The result gives all the jobs submitted by this user. We see that he has only one. We see its identifier, its status (here, W for waiting, it is waiting to be launched), how much has elapsed since the beginning of its execution (here 0 since it is still waiting) and its characteristics (requested resources, walltime, name, project, type).

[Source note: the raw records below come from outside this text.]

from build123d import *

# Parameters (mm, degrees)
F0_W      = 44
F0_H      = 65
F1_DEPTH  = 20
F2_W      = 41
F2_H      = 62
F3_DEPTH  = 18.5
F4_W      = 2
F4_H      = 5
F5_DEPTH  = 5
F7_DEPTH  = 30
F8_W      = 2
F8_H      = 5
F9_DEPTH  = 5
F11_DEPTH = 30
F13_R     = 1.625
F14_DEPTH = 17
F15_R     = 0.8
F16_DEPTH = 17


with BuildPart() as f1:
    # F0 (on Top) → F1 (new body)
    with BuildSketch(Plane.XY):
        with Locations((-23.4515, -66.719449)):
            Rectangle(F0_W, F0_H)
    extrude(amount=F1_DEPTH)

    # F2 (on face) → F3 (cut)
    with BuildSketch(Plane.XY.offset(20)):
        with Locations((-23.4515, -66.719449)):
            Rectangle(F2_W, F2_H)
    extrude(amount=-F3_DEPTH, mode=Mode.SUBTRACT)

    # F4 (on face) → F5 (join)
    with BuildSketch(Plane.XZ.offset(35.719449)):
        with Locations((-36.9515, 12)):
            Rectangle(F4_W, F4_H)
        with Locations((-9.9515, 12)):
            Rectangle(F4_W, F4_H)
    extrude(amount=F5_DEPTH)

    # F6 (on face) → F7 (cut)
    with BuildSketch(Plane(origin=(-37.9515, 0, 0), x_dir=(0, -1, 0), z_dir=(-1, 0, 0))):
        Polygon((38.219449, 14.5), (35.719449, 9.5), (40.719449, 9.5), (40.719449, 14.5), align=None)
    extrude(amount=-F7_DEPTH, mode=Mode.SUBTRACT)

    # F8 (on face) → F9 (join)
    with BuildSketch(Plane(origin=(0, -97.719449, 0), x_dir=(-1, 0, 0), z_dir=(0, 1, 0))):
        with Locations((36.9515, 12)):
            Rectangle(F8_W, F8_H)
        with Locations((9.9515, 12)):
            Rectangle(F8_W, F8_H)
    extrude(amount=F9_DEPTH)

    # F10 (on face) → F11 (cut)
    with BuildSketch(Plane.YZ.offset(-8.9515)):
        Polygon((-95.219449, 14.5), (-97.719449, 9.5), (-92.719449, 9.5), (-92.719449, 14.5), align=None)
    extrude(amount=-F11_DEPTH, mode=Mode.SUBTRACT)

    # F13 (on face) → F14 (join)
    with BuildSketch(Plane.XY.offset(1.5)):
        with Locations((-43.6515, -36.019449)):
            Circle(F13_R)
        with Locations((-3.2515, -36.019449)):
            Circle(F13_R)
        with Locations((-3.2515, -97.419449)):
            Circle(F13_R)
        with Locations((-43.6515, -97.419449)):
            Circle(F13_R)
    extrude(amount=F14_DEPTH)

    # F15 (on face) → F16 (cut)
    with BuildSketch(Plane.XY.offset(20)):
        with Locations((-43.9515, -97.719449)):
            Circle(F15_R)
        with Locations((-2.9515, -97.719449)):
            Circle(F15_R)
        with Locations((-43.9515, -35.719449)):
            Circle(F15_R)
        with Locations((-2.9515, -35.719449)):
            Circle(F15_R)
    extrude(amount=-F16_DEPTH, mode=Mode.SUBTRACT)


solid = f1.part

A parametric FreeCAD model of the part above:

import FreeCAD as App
import Part
import Sketcher
from FreeCAD import Vector
Q = App.Units.Quantity

doc = App.newDocument("Part")
body = doc.addObject("PartDesign::Body", "Body")

sketch1 = body.newObject("Sketcher::SketchObject", "Sketch")
sketch1.AttachmentSupport = (doc.getObject("XY_Plane"), [""])
sketch1.MapMode = "FlatFace"
sketch1.addGeometry(Part.LineSegment(Vector(-45.4515, -34.219449, 0), Vector(-45.4515, -99.219449, 0)), False)
sketch1.addGeometry(Part.LineSegment(Vector(-45.4515, -99.219449, 0), Vector(-1.4515, -99.219449, 0)), False)
sketch1.addGeometry(Part.LineSegment(Vector(-1.4515, -99.219449, 0), Vector(-1.4515, -34.219449, 0)), False)
sketch1.addGeometry(Part.LineSegment(Vector(-1.4515, -34.219449, 0), Vector(-45.4515, -34.219449, 0)), False)
sketch1.addConstraint(Sketcher.Constraint("Coincident", 0, 2, 1, 1))
sketch1.addConstraint(Sketcher.Constraint("Coincident", 1, 2, 2, 1))
sketch1.addConstraint(Sketcher.Constraint("Coincident", 2, 2, 3, 1))
sketch1.addConstraint(Sketcher.Constraint("Coincident", 3, 2, 0, 1))
sketch1.addConstraint(Sketcher.Constraint("Vertical", 0))
sketch1.addConstraint(Sketcher.Constraint("Horizontal", 1))
sketch1.addConstraint(Sketcher.Constraint("Vertical", 2))
sketch1.addConstraint(Sketcher.Constraint("Horizontal", 3))
sketch1.addConstraint(Sketcher.Constraint("DistanceX", 1, 1, 1, 2, Q("44 mm")))
sketch1.addConstraint(Sketcher.Constraint("DistanceY", 0, 2, 0, 1, Q("65 mm")))
sketch1.addConstraint(Sketcher.Constraint("DistanceX", 0, 2, -1, 1, Q("45.4515 mm")))
sketch1.addConstraint(Sketcher.Constraint("DistanceY", 0, 2, -1, 1, Q("99.219449 mm")))
pad1 = body.newObject("PartDesign::Pad", "Pad")
pad1.Profile = sketch1
pad1.Length = 20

To know the detailed information of a job, once we have its identifier, we can execute the following command:

bouttier@f-dahu:~$ oarstat -f -j 4936641
Job_Id: 4936641
    job_array_id = 4936641
    job_array_index = 1
    name = Hello_World
    project = admin
    owner = bouttier
    state = Terminated
    wanted_resources = -l "{type = 'default'}/core=1,walltime=0:1:30"
    types = heterogeneous
    dependencies =
    assigned_resources = 1067
    assigned_hostnames = dahu66
    queue = default
    command = dumb.sh
    exit_code = 32512 (127,0,0)
    launchingDirectory = /home/bouttier
    stdout_file = hello_world.out
    stderr_file = hello_world.err
    jobType = PASSIVE
    properties = ((((hasgpu='NO') AND compute = 'YES') AND sequential='YES') AND desktop_computing = 'NO') AND drain='NO'
    reservation = None
    walltime = 0:1:30
    submissionTime = 2019-11-01 16:17:58
    startTime = 2019-11-01 16:18:09
    stopTime = 2019-11-01 16:18:11
    cpuset_name = bouttier_4936641
    initial_request = oarsub -S dumb.sh; #OAR -n Hello_Worl; #OAR -l /core=1,walltime=00:01:3; #OAR --stdout hello_world.ou; #OAR --stderr hello_world.er; #OAR --project admi
    message = R=1,W=0:1:30,J=B,N=Hello_World,P=admin,T=heterogeneous (Karma=0.000,quota_ok)
    scheduledStart = no prediction
    resubmit_job_id = 0
    events =
2019-11-01 16:18:12> SWITCH_INTO_TERMINATE_STATE:[bipbip 4936641] Ask to change the job state

Here, the line state = Terminated tells us that it is now finished.

Deleting a job

If you have started a job and found that there is no need for it to continue (useless calculation, error in the submission script, etc.) you can delete your submission using the oardel command:

bouttier@f-dahu:~$ oarsub -S dumb.sh
[PARALLEL] Small jobs (< 32 cores) restricted to tagged nodes
[ADMISSION RULE] Modify resource description with type constraints
OAR_JOB_ID=4936645
bouttier@f-dahu:~$ oardel 4936645
Deleting the job = 4936645 ...REGISTERED.
The job(s) [ 4936645 ] will be deleted in the near future.

Karma

On a OAR cluster, you can see a karma value when you submit an interactive job, or when you request the status of a job (oarstat -j $JOB_ID) or when you check your accounting data. This is a value used to ensure the fair sharing of resources that we use on each GRICAD cluster. Fair sharing means that the system tries to allow resources to be used with equity among users. The lower your karma, the more likely it is that your job will start before that of a user with a higher karma value. Karma is a function of how much computing time you have requested and actually consumed in the past (during a sliding window, usually a week or two depending on the platform). But note that karma (and the fairsharing algorithm) is only used when the system is full of jobs. Most of the time, the programming is FIFO with backfilling.